Accounting Problems, Regulation In Tech & Cybersecurity Insurance
Small Cap Earnings Review 06/05/22
Stay tuned for a new trade idea: DiscoverIE PLC, and the small cap of the month of May: Alfen NV. Both will be published in the next two weeks.
Truecaller (mcap: 25614 SEK)
The anti-spam app's sales are up 116% in Q1. Truecaller continues to benefit from increasing smartphone penetration in emerging countries.
A highlight for the quarter is the growth of Truecaller for business, which provides a secure communication channel between customers and businesses. The segment was up over 10% quarter-on-quarter, with the company announcing lots of additions to the product.
Margins are down, but probably not as much as the market expected, as the company clearly guided for margin contraction due to investments in R&D and marketing.
Finally, in an environment where add business models are significantly under-performing expectations and guiding weak, Truecaller's overall cpm is up from 0.89 in Q1 2021 to 1.24 in Q1 2022. Guidance is unchanged at 45% revenue growth and 30% EBITDA. The fact that most of its sales come from India and other developing economies means that the cpm has a long way to go, unlike other add based revenue models that focus on developed markets.

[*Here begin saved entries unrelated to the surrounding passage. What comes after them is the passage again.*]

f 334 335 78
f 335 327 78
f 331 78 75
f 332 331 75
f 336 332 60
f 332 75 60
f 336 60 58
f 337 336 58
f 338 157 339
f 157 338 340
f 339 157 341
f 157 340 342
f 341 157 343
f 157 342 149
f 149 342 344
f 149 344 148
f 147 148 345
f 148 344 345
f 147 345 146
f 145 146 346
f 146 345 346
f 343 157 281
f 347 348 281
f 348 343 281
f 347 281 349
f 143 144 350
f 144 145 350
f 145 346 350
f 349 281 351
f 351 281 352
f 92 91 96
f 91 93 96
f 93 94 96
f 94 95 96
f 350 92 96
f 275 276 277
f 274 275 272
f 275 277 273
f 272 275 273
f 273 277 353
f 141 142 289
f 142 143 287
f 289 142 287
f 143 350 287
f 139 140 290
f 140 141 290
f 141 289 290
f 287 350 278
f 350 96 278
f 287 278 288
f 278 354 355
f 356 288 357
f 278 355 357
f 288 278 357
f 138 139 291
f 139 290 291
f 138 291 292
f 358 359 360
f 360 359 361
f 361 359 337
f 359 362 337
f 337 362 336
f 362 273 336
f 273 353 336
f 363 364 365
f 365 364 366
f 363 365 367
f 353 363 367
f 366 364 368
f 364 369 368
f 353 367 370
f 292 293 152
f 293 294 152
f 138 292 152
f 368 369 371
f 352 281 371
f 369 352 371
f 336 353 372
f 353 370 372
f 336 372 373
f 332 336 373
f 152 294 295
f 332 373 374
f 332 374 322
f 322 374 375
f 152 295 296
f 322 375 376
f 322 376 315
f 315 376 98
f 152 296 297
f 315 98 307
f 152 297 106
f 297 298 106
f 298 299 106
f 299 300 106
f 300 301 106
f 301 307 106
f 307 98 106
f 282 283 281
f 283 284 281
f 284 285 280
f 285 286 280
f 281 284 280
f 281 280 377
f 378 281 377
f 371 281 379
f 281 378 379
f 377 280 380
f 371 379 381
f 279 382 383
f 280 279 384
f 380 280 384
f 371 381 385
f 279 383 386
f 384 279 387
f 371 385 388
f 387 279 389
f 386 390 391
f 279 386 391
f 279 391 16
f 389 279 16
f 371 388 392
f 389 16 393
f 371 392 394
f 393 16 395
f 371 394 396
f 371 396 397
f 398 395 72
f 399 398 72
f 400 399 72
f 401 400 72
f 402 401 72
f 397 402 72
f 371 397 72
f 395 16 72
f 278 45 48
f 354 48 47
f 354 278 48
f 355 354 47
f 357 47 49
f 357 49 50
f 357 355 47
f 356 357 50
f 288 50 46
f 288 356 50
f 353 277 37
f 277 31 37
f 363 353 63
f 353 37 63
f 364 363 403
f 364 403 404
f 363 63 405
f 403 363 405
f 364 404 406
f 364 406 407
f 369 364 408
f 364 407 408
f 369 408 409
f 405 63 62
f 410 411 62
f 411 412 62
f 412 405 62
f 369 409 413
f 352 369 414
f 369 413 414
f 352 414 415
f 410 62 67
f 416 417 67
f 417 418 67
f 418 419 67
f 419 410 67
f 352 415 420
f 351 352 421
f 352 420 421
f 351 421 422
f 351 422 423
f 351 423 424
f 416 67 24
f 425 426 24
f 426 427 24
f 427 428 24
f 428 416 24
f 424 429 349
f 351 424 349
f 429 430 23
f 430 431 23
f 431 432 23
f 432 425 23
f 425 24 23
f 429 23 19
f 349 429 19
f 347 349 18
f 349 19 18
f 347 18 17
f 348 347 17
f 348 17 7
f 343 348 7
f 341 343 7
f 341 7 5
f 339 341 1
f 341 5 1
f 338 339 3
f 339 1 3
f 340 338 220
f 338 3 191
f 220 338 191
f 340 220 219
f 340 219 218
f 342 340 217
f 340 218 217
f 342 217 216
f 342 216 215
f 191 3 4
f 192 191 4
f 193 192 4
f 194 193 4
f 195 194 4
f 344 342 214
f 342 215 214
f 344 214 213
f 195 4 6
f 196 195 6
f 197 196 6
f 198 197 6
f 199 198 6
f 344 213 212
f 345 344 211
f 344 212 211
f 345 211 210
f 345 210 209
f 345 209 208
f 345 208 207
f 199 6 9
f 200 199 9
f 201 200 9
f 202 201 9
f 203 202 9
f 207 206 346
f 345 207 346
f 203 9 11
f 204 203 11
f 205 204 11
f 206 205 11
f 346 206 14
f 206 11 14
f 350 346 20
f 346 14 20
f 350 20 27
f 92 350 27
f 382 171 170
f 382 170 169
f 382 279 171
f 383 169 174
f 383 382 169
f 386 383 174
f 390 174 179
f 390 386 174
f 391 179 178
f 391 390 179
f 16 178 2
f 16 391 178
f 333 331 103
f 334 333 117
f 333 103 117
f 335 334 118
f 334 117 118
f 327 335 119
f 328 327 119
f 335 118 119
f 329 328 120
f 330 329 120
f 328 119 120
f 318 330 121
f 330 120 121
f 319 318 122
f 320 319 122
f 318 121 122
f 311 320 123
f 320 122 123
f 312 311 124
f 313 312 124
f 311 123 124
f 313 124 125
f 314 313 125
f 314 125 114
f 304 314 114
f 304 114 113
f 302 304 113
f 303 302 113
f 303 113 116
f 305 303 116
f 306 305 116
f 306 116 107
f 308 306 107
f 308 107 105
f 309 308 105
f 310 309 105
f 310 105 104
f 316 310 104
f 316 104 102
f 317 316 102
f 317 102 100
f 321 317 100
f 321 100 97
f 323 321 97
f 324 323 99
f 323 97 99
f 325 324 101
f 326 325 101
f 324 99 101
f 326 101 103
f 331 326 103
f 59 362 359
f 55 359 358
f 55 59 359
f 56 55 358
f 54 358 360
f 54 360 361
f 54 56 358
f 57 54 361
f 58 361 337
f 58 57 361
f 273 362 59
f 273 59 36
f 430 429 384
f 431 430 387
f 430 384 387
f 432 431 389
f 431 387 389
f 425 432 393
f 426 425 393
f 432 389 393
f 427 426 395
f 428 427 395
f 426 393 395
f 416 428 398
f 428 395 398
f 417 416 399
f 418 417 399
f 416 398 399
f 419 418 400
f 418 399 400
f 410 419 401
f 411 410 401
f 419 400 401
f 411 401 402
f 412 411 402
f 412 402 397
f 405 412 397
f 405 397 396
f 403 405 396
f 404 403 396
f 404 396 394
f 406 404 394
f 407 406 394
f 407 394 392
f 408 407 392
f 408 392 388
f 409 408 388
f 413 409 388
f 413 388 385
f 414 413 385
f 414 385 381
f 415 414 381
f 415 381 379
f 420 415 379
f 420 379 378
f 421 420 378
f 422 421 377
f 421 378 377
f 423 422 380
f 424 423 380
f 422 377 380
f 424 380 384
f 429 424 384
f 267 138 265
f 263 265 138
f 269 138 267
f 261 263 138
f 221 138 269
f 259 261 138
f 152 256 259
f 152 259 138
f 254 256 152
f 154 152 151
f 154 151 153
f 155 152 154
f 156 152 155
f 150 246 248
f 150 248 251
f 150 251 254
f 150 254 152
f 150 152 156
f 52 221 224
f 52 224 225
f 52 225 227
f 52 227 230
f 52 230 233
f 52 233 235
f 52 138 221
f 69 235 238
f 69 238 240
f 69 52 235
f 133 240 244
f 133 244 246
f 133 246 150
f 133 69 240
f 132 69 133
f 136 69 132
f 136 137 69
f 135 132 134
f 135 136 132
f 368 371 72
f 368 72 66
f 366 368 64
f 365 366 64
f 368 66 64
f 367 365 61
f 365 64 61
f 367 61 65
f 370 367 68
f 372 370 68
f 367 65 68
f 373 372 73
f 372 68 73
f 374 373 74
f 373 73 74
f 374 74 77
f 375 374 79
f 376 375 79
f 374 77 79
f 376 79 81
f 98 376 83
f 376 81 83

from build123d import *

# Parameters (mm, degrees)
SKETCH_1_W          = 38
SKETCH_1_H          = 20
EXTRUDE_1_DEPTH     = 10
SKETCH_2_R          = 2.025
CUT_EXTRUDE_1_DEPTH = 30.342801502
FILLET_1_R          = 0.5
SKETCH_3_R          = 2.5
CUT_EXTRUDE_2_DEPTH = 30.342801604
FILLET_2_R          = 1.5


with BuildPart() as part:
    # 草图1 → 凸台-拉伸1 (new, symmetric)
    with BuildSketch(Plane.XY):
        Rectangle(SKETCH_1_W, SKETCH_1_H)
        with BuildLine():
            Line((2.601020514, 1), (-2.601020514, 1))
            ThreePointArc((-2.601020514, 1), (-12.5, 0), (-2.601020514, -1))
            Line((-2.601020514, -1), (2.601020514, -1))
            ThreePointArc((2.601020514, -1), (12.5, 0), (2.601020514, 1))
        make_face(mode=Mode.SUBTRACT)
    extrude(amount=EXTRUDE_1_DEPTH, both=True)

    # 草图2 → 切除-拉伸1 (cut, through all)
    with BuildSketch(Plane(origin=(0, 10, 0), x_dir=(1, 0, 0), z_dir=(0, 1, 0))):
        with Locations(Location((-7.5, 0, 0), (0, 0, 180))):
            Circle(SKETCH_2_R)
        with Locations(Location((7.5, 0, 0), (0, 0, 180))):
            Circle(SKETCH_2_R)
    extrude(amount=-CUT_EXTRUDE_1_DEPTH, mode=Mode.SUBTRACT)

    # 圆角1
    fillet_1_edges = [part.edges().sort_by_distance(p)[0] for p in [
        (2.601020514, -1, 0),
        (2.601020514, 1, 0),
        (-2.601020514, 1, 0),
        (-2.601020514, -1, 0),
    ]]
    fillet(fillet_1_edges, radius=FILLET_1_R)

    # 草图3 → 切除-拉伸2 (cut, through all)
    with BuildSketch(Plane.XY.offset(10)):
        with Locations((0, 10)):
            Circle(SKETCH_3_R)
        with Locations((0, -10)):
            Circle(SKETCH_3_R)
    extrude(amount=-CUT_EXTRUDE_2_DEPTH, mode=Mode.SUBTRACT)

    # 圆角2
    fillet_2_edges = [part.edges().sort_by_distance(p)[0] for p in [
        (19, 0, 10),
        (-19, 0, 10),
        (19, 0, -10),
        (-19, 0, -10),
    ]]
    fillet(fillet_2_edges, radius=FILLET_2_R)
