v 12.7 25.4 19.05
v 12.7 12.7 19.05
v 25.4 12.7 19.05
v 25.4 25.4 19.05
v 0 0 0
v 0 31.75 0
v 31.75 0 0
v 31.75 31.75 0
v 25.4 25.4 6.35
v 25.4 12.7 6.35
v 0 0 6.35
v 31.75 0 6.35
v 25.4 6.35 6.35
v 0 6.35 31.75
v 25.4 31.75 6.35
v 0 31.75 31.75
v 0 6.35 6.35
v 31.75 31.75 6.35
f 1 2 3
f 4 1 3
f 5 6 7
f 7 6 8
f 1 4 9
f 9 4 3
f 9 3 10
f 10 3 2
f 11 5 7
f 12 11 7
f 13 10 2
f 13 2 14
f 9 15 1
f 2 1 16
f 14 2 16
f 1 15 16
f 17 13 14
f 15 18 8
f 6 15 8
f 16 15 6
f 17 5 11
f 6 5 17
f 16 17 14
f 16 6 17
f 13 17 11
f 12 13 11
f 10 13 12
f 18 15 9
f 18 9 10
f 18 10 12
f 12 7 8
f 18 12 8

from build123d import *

# Parameters (mm, degrees)
F0_W     = 31.75
F0_H     = 31.75
F1_DEPTH = 6.35
F3_DEPTH = 25.4
F5_DEPTH = 19.05
F7_DEPTH = 6.35


with BuildPart() as f1:
    # F0 (on Top) → F1 (new body)
    with BuildSketch(Plane.XY):
        with Locations((15.875, 15.875)):
            Rectangle(F0_W, F0_H)
    extrude(amount=F1_DEPTH)

    # F2 (on face) → F3 (join)
    with BuildSketch(Plane(origin=(0, 31.75, 0), x_dir=(-1, 0, 0), z_dir=(0, 1, 0))):
        Polygon((-25.4, 6.35), (0, 6.35), (0, 31.75), align=None)
    extrude(amount=-F3_DEPTH)

    # F4 (on face) → F5 (join)
    with BuildSketch(Plane(origin=(0, 31.75, 0), x_dir=(-1, 0, 0), z_dir=(0, 1, 0))):
        Polygon((-25.4, 19.05), (-25.4, 6.35), (-12.7, 19.05), align=None)
    extrude(amount=-F5_DEPTH)

    # F6 (on face) → F7 (cut)
    with BuildSketch(Plane(origin=(0, 31.75, 0), x_dir=(-1, 0, 0), z_dir=(0, 1, 0))):
        Polygon((-25.4, 19.05), (-25.4, 6.35), (-12.7, 19.05), align=None)
    extrude(amount=-F7_DEPTH, mode=Mode.SUBTRACT)


solid = f1.part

Is this too good to be true ? Well, according to this article, it seems that Truecaller’s business model is rather dubious, at least ethically. Regulation could be a significant headwind in the future. Perhaps the Truecaller IPO was an opportunity for insiders to cash out before the business gets effectively should down by Indian regulators.
If not, its not hard to imagine how much bigger this business could be in a few years. Time will tell.
Beazley PLC (mcap £2598 )
Beazley's stock has been under quite some pressure lately.
This makes sense, as the business is exposed to tail risks that materialised (war, interest rates, cybercrime).
However, the Q1 trading update was less dramatic than expected. Beazley estimates that the war exposure is 50m of gross premiums written. The investment loss totaled 92m.
On the other hand, the business can start to take advantage of improved rates for investments, and the cyber & executive risk practice continues to drive growth with 27% growth in gross premiums combined.
The company restated its guidance of 90% combined ratio, however, it admitted that the uncertainty is much higher.
If the business manages to weather the storm without to much damage, structurally higher rates and a leading position in cyber-risk, with a favourable pricing environment, could drive high returns on equity in the next few years.
S4 capital plc (mcap: £1935m)
After a worrying audit delay, S4 capital published its unaudited 2021 FY results.
The audit issue was due to revenue recognition, cost of sales recognition, and IFRS 15 at one of S4 capital's two original companies: Media.Monks.
The dramatic growth in the number of clients has increased the complexity in revenue recognition, and the finance team was not up to the task. This makes sense as each contract is client specific, making it hard to properly manage the different payment schedules & billing procedures.
Nonetheless, this highlights the scrappy nature of the business underlying the neatly consolidated revenues, and casts doubts on the ability of senior management to hold everything together.
The stock is now trading at 2.2x Forward EV/Revenues, and operating margins should be around 10% at maturity. On the other hand, S4 guides for 25% organic growth over a market growth of 17% CAGR in the next few years.